With the Nation Garden RR convention coming in 2011, I decided it was time to 
get busy. We model 20.3 with finescale wheels so I need a reliable roadbed. I decided 
the best method I've seen that done was post and ladder for main and Richard Smith's 
table benchwork where towns will be. I have about a acre to build it on with about 16 
feet of elevation difference. My minimum radius will be 12 feet (24 feet diameter), 
less than 2% grades with the exception of about 70' of 4%, that will be helper or 
double the hill section. The rr is a few hundred feet from the house, so I set up a 
portable shop at the site. 








Here is how I do the ladder. I had about 100 pieces of 4" cedar siding, from 8' to 18' 
long given to me. I rip it to 2 1/2" wide. I will use that on the curves and cut my own 
for the other sections. 








\
















































Rodney


----------



## CCSII (Jan 3, 2008)

Looking great and you are close enough that I might actually be able to see it in person someday!


----------



## Richard Smith (Jan 2, 2008)

Rod, 

A great looking site you have there. Nothing like plenty of elbow room!  You've got almost as many battery power tools as I do. hehe!


----------



## Dougald (Jan 2, 2008)

Rod 

A good start on a major project. 

Your standards are not too far off my own ... all elevated track, min radius 10 foot though most are larger, max 1.5% grade but most is level ... I too run Fn3 and have found operation on these standards to be trouble free. 

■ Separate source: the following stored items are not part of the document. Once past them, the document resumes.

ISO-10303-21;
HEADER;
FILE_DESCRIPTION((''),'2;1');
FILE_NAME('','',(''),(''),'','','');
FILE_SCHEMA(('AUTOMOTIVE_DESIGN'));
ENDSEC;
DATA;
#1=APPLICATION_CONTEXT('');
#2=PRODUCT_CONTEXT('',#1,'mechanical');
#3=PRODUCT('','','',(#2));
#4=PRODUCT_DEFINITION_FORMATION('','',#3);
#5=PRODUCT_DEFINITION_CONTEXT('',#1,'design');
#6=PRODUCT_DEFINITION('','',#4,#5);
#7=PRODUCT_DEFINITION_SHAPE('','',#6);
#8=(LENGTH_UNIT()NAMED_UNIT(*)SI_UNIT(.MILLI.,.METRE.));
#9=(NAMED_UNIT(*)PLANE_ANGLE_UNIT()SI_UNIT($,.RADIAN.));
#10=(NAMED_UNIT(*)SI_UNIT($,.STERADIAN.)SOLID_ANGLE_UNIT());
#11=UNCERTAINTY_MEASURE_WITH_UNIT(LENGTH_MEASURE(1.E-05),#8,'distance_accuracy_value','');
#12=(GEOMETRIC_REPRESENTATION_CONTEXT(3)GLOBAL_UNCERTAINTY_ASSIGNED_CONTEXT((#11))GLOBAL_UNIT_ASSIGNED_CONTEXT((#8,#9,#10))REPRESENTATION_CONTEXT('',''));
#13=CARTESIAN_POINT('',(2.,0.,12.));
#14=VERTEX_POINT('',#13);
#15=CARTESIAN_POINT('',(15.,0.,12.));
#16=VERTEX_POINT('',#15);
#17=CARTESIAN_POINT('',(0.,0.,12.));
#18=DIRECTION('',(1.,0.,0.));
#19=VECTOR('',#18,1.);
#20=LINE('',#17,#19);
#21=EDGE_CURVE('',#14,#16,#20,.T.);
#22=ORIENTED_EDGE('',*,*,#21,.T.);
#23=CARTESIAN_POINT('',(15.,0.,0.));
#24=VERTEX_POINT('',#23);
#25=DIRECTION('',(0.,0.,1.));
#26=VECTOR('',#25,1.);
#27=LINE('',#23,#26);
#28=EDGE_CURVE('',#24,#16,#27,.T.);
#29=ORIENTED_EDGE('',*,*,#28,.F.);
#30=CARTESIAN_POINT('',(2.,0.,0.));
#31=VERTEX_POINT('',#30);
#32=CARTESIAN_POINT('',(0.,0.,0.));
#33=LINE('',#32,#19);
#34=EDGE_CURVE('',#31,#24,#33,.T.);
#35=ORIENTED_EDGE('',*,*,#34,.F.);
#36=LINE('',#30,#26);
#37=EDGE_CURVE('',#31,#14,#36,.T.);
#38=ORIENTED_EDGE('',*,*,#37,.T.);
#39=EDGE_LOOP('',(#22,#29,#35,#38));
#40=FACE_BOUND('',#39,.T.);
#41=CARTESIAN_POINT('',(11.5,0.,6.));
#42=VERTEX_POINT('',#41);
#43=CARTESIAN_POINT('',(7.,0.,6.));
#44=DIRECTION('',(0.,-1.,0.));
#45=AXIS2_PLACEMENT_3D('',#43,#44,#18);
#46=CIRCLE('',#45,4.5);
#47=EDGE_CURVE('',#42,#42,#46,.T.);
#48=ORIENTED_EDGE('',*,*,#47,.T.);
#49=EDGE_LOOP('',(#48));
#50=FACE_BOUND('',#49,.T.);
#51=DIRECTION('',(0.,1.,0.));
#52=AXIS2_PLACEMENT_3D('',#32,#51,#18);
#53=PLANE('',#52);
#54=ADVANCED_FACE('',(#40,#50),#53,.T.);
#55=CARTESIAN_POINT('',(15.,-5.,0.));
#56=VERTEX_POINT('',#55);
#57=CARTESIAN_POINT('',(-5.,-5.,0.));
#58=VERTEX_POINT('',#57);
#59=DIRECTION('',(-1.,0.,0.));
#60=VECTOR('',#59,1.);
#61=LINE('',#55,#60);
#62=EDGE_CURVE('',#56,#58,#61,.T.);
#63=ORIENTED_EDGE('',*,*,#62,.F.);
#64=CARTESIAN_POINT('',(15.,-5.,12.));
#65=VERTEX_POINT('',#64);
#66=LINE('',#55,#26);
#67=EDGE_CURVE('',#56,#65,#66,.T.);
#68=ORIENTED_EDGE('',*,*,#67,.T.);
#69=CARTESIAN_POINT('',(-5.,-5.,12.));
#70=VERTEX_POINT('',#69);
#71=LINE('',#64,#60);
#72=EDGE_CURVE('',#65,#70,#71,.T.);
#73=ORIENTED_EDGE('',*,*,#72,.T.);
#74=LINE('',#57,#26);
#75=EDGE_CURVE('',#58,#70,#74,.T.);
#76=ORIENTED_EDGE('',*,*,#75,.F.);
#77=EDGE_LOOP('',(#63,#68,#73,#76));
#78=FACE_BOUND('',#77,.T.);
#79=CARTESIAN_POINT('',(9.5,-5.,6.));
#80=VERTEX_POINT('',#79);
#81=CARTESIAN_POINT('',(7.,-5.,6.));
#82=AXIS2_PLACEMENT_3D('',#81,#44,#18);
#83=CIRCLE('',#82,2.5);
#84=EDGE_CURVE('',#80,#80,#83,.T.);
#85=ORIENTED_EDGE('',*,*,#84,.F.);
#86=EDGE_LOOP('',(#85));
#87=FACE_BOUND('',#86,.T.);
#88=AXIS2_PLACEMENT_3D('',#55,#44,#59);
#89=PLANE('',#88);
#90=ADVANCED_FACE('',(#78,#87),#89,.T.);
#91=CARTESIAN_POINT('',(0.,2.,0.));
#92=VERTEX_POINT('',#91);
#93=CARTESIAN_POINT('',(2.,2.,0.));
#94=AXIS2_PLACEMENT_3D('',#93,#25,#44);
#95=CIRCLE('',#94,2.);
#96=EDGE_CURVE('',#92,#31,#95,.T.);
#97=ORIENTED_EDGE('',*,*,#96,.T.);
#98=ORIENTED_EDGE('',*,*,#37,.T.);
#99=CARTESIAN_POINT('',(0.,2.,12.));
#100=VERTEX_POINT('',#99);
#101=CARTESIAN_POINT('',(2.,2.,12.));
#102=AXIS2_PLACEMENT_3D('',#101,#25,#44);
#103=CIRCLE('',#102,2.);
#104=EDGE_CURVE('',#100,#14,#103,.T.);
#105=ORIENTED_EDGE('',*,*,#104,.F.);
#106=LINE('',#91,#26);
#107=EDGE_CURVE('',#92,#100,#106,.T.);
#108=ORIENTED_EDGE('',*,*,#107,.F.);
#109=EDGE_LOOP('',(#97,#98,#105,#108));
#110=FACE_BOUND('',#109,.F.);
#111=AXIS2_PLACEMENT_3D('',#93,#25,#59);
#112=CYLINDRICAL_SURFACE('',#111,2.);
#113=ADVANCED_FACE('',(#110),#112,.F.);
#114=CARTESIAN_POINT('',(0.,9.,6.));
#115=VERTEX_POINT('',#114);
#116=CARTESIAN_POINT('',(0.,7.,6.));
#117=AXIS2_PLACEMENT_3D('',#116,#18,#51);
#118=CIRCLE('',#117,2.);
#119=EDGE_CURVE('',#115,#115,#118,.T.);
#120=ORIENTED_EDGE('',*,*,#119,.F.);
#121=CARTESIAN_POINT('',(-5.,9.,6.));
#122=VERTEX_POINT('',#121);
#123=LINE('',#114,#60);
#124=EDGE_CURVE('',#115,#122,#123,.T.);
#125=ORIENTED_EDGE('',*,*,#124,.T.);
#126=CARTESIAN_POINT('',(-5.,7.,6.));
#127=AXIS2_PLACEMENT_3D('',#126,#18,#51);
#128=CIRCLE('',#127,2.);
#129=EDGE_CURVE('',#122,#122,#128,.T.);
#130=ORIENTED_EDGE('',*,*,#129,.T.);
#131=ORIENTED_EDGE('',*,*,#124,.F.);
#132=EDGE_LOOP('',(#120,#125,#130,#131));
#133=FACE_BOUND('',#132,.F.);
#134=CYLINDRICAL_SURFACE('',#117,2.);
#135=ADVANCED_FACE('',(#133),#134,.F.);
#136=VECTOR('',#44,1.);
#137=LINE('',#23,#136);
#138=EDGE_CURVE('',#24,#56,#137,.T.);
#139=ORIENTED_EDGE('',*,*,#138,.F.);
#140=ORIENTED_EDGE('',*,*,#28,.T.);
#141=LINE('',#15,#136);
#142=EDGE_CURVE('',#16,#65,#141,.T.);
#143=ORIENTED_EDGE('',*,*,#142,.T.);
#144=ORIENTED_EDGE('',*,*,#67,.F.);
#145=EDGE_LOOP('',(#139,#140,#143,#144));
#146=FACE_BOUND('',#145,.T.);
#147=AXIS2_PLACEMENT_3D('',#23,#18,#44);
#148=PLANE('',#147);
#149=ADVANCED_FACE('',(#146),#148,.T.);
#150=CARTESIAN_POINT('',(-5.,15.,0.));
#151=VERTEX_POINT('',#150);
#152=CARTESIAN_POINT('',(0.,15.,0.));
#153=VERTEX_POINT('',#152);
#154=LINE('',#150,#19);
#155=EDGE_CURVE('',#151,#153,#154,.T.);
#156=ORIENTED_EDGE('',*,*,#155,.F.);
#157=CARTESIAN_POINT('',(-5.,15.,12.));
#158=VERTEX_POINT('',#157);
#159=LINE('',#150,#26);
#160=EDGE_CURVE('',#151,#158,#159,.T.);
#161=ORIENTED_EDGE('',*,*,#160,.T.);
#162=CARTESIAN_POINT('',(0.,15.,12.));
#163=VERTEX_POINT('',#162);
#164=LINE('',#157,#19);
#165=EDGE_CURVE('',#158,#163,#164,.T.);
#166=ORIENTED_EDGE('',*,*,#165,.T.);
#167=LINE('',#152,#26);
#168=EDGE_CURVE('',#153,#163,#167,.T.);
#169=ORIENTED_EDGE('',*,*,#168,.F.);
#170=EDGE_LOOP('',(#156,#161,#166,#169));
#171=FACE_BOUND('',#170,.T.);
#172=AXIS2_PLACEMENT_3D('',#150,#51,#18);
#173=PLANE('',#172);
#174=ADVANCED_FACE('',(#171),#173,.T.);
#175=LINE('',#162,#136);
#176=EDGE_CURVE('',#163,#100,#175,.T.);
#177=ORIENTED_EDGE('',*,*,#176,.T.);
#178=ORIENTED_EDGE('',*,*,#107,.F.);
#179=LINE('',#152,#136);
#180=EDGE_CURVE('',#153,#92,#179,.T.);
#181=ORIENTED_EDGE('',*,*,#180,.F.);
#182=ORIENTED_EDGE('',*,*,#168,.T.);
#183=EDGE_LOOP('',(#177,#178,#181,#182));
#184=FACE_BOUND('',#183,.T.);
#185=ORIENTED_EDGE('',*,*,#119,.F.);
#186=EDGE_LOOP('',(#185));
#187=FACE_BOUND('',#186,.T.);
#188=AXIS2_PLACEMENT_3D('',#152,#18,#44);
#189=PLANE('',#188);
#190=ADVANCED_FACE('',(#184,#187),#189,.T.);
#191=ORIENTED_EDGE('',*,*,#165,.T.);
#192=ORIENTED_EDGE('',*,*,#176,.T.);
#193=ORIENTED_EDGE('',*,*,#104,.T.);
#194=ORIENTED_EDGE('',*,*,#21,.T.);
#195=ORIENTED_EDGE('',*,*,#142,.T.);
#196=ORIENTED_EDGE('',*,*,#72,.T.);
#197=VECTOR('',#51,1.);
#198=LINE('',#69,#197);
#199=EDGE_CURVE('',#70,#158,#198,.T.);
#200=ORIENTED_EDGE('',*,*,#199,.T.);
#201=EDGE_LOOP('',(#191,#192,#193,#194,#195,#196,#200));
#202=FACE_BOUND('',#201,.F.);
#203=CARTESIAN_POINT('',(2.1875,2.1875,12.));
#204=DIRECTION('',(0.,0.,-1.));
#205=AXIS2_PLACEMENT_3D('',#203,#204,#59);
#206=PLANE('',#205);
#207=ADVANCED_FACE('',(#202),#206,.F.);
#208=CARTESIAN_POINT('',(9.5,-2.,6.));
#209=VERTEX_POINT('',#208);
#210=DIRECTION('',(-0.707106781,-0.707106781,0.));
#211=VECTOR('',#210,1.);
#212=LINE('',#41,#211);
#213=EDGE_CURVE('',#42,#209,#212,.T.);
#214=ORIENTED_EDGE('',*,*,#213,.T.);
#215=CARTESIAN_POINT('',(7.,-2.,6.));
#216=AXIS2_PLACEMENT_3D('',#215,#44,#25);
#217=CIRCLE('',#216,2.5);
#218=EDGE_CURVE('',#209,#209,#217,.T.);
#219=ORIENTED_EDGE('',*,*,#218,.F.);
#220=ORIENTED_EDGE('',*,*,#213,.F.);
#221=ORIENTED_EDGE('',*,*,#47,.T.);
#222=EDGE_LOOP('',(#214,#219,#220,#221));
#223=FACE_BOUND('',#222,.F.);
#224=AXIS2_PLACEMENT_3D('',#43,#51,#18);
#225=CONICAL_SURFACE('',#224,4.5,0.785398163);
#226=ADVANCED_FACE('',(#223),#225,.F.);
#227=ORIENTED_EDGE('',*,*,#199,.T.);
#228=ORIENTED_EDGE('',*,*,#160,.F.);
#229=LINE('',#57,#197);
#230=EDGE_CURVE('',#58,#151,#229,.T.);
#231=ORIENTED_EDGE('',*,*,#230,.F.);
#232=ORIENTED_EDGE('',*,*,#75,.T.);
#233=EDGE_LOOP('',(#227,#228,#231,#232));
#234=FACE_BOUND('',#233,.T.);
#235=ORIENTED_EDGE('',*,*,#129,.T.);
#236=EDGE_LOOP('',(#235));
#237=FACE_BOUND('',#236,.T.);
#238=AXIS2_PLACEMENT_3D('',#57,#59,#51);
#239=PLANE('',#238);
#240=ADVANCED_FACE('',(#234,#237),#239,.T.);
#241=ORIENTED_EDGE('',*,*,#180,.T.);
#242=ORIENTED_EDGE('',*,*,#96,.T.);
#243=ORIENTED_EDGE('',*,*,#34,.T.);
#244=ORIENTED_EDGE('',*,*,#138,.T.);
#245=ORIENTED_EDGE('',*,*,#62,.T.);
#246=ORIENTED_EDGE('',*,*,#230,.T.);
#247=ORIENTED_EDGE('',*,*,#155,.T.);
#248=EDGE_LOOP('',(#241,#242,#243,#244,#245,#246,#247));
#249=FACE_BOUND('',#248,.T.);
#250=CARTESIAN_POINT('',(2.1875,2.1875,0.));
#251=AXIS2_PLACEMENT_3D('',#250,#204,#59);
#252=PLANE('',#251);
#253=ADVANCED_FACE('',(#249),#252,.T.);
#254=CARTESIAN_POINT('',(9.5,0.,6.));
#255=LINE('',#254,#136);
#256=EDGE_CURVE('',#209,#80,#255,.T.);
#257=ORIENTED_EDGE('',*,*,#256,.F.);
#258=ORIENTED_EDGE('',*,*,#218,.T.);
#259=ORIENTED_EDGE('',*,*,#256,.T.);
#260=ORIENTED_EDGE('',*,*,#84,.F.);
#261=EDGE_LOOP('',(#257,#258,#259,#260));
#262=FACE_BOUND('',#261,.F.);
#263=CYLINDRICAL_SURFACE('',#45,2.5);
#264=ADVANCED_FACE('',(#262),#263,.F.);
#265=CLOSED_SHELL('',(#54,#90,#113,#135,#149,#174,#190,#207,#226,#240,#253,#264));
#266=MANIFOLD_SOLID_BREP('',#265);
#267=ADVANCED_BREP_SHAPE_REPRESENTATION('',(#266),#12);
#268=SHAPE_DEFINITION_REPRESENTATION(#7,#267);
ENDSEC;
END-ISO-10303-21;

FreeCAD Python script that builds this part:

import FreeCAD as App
import Part
import Sketcher
from FreeCAD import Vector
Q = App.Units.Quantity


def edges_at(feature, points):
    """Names of the edges that pass closest to the given points."""
    edges = feature.Shape.Edges
    near = lambda p: min(range(len(edges)), key=lambda i: edges[i].distToShape(Part.Vertex(*p))[0])
    return sorted({f"Edge{near(p) + 1}" for p in points})

doc = App.newDocument("Part")
params = doc.addObject("Spreadsheet::Sheet", "Params")
for row, (alias, value) in enumerate([
    ("sketch1_width", "5 mm"),
    ("sketch1_width2", "20 mm"),
    ("pad1_length", "12 mm"),
    ("sketch2_diameter", "4 mm"),
    ("sketch3_diameter", "5 mm"),
    ("hole_diameter", "5 mm"),
    ("hole_depth", "25 mm"),
    ("hole_csink_diameter", "9 mm"),
    ("fillet_radius", "2 mm"),
], start=1):
    params.set(f"A{row}", alias)
    params.set(f"B{row}", "=" + value)
    params.setAlias(f"B{row}", alias)

body = doc.addObject("PartDesign::Body", "Body")

# Sketch on XY plane
sketch1 = body.newObject("Sketcher::SketchObject", "Sketch")
sketch1.AttachmentSupport = (doc.getObject("XY_Plane"), [""])
sketch1.MapMode = "FlatFace"
sketch1.addGeometry([
    Part.LineSegment(Vector(0, 0, 0), Vector(0, 15, 0)),  # 0
    Part.LineSegment(Vector(0, 15, 0), Vector(-5, 15, 0)),  # 1
    Part.LineSegment(Vector(-5, 15, 0), Vector(-5, -5, 0)),  # 2
    Part.LineSegment(Vector(-5, -5, 0), Vector(15, -5, 0)),  # 3
    Part.LineSegment(Vector(15, -5, 0), Vector(15, 0, 0)),  # 4
    Part.LineSegment(Vector(15, 0, 0), Vector(0, 0, 0)),  # 5
], False)
sketch1.addConstraint([
    Sketcher.Constraint("Coincident", 0, 2, 1, 1),
    Sketcher.Constraint("Coincident", 1, 2, 2, 1),
    Sketcher.Constraint("Coincident", 2, 2, 3, 1),
    Sketcher.Constraint("Coincident", 3, 2, 4, 1),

Your version of the ladder is interesting - and it appears you will get the free flowing curves with transitions that are the hallmark of this method. I assume you will use flaxtrack to take full advantage of those sweeping curves? 

Could you publish a proposed trackplan and a bit of detail on your design goals? 

Regards ... Doug


----------



## John J (Dec 29, 2007)

With all the "toys" you got in that first picture makes one wonder are you building a rail road or starting a gravel pit. 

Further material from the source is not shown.